Dayblob is not multithreaded nor does it use program objects. However, Oracle implements parallelization at the session level.
The use of VARCHAR for SMILES-containing columns limits SMILES to 2000 (4000) characters. This limit could be removed by representing SMILES as LOBs (or CLOBs) at the cost of additional overhead.
Dayblob does not operate in the process-space of the RDB server, so communication speed between them is an issue. In practice, this presents a problem only for communication of pathologically large answer sets (possibly resulting in millions of FETCH operations). The current prototype cartridge does a creditable job of packing and buffering such data transfers, but even so, this approach is terribly slow compared to object mechanisms used by merlinserver.
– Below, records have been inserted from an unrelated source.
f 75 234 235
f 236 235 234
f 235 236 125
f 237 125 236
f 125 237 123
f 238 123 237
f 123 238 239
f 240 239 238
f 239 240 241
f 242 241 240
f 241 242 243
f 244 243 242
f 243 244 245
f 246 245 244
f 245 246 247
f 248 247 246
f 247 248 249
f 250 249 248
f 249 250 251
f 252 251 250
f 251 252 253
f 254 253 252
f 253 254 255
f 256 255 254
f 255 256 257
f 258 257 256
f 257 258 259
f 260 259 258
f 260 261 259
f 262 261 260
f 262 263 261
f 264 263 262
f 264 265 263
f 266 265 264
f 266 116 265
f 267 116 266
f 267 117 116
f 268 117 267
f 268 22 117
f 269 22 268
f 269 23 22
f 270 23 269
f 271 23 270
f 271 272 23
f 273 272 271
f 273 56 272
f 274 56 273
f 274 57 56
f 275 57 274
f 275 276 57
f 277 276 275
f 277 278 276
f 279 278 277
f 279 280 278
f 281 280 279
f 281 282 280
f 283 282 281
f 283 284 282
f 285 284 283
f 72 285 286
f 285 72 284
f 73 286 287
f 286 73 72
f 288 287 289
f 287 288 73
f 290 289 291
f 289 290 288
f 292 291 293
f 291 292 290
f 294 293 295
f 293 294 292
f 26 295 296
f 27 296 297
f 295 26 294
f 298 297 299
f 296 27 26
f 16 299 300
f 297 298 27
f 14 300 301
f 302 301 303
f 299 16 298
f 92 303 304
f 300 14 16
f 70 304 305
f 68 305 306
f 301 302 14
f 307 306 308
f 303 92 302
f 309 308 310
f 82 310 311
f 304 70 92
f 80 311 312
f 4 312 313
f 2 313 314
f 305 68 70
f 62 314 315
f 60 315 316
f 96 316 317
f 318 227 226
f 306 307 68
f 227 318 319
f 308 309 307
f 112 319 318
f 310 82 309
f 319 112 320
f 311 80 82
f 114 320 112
This problem should be resolved by future RDB versions which are expected to support shared memory object passing (e.g., Oracle 8.2).
This results in faster indexing and many minor improvments.
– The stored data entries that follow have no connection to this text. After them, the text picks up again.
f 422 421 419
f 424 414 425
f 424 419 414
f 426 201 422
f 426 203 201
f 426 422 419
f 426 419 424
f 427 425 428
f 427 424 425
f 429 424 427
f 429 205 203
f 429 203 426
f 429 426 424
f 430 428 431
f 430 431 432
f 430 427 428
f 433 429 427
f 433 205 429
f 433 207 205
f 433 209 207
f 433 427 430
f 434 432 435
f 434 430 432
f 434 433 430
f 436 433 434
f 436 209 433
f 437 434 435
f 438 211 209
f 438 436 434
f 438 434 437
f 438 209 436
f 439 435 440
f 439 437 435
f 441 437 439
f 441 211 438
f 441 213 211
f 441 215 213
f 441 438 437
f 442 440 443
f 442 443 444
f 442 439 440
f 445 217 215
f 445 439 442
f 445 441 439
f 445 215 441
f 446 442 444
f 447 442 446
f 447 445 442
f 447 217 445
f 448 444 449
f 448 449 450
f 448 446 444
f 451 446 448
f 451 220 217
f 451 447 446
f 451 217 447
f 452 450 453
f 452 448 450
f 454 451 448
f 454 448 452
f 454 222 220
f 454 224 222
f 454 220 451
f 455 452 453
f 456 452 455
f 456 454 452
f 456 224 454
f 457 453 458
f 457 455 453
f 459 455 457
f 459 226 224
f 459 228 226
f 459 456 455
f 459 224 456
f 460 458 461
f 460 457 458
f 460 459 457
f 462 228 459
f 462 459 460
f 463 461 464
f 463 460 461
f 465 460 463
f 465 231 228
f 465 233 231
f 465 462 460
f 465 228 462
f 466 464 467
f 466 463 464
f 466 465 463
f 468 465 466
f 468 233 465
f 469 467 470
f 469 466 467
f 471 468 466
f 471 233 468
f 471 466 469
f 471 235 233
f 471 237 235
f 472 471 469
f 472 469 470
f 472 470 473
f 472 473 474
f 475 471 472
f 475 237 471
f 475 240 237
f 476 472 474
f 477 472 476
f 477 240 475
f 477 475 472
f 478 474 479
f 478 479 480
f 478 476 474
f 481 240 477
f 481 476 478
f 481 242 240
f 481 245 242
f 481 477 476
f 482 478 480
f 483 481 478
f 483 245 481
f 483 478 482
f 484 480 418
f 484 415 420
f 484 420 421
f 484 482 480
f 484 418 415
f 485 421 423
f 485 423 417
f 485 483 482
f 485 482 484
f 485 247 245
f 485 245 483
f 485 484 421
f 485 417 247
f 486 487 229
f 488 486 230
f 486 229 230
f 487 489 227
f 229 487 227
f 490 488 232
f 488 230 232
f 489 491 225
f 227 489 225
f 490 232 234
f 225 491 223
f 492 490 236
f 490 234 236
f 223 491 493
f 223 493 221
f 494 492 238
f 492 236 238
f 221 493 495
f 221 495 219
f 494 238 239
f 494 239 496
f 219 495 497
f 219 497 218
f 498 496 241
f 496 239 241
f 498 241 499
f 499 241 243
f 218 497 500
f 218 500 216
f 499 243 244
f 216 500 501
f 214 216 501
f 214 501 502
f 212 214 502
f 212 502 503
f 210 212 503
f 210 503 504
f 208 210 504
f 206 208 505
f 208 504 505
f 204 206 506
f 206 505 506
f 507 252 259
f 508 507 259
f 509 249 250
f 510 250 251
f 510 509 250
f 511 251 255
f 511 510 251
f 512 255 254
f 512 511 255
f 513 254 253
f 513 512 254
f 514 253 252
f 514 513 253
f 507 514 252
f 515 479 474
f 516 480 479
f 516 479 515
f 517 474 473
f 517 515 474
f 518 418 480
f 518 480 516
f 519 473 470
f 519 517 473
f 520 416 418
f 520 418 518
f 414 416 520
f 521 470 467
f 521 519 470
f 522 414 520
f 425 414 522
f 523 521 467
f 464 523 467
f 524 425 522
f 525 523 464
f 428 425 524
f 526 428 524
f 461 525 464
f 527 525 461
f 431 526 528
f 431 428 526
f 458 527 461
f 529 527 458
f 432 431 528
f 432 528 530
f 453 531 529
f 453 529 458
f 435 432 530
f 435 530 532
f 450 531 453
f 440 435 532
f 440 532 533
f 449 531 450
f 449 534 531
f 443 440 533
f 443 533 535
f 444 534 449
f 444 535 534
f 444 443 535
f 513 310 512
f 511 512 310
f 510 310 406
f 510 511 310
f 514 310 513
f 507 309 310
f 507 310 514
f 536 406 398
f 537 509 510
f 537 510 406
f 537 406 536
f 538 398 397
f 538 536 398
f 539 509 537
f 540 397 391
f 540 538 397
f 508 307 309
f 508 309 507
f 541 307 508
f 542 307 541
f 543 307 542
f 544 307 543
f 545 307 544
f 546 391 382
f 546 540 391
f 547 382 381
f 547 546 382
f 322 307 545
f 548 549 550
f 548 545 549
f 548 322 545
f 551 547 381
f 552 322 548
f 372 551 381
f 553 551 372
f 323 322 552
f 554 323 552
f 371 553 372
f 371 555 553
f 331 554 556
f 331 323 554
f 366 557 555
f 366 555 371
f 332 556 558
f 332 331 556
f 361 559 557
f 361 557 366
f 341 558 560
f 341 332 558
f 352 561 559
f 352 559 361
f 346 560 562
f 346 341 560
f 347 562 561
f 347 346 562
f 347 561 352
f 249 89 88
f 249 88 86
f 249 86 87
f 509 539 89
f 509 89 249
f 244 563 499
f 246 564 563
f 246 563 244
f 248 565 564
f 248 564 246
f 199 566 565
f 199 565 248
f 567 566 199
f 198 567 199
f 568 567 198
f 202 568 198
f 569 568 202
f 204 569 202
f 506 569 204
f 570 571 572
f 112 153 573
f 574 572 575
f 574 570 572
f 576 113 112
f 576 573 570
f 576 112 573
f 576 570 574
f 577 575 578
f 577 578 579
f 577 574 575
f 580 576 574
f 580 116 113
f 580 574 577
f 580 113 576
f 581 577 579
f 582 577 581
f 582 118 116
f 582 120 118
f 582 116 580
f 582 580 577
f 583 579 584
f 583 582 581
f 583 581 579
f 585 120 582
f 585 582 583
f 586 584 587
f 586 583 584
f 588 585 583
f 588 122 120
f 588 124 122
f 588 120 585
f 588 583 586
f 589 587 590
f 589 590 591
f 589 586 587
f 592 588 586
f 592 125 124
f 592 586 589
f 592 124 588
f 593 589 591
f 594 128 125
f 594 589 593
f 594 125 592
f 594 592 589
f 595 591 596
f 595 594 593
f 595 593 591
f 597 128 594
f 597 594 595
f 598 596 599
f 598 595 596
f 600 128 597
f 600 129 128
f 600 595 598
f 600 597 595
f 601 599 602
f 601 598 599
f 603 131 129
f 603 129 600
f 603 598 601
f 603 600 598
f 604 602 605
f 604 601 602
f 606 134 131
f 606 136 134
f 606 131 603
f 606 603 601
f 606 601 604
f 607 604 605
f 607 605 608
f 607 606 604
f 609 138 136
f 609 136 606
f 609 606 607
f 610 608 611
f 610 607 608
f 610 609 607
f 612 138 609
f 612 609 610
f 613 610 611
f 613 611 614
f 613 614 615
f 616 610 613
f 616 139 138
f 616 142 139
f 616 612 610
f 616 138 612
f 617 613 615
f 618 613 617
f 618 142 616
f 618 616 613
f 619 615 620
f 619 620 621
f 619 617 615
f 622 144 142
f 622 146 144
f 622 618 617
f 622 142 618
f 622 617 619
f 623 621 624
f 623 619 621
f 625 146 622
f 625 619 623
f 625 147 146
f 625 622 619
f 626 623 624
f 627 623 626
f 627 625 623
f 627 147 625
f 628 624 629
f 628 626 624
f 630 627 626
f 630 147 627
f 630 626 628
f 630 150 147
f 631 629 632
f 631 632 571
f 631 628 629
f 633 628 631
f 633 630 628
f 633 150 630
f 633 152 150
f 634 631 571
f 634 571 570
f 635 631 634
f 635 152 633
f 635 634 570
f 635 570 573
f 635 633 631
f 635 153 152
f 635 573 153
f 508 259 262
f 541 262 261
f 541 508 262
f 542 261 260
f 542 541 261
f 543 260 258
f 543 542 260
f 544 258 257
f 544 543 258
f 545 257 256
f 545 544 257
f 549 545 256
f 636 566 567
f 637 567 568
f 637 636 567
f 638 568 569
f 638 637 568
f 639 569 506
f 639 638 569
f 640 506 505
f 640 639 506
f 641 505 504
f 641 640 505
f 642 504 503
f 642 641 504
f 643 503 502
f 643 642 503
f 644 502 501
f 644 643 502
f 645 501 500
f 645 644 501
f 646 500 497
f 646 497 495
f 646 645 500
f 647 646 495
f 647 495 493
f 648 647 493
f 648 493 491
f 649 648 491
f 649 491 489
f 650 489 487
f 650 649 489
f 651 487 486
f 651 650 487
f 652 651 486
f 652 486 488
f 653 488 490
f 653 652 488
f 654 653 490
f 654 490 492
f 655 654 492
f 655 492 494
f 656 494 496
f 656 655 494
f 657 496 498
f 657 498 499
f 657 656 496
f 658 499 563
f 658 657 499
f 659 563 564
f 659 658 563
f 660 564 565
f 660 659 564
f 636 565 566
Although RowID orientation is retained, structures are internally indexed by absolute, unique, tautomer and graph SMILES. The v46208 API has been extended to allow such indexing to be used.
Prototype "shortcuts" have been replaced by production constructs, e.g., representation of internal objects, "buffer slop" elimination, multiple-index compression.
Dependence of functional interfaces on query contexts (which was present in the prototype) has been removed.
Oracle is a very large company (8000x larger than Daylight) which produces general purpose database systems and which derives most of its income from support, training and consulting services.
For Oracle, this meant stepping down a bit from the "one size fits all" throne, modifying the RDB interface to allow high-performance processing by a fundamentally different object model, engaging in development which was outside their proscribed beta program, not to mention having to deal with a bunch of free-thinkers ... not easy processes in a large company.
Cathy Trezza implemented a Cartridge based on a dayblob package written by Dave Weininger. During large loads, it would occasionally crash and burn. From Cathy's POV, dayblob was corrupting some of the pointers into the BLOB. From Dave's POV, the dayblob seemed squeaky clean in all simulations, and his friend "purify" agreed. Since we don't get to see each other's code, it's very easy to start pointing fingers in such a situation. But instead, we wrote and exchanged heavy-duty debugging versions and resolved the problem in a couple of miserable days of debugging. (In this case, the problem was caused by a misunderstanding of object property ownership.) It's often much easier to throw up one's hands and blame someone else than it is to dig in together and share the hard work required to resolve a problem. The results are much different, however.
This is an ongoing project, and an ongoing process. Although we are "over the hump", there is much more work to be done. The two main areas of effort remaining have to do with applications (Who defines them?, Which one first?, Who produces them?, etc.) and business models (Whose product is this, anyway?) We have every reason to expect that these issues will be addressed with the same level of creativity and cooperation that has characterized this project thus far.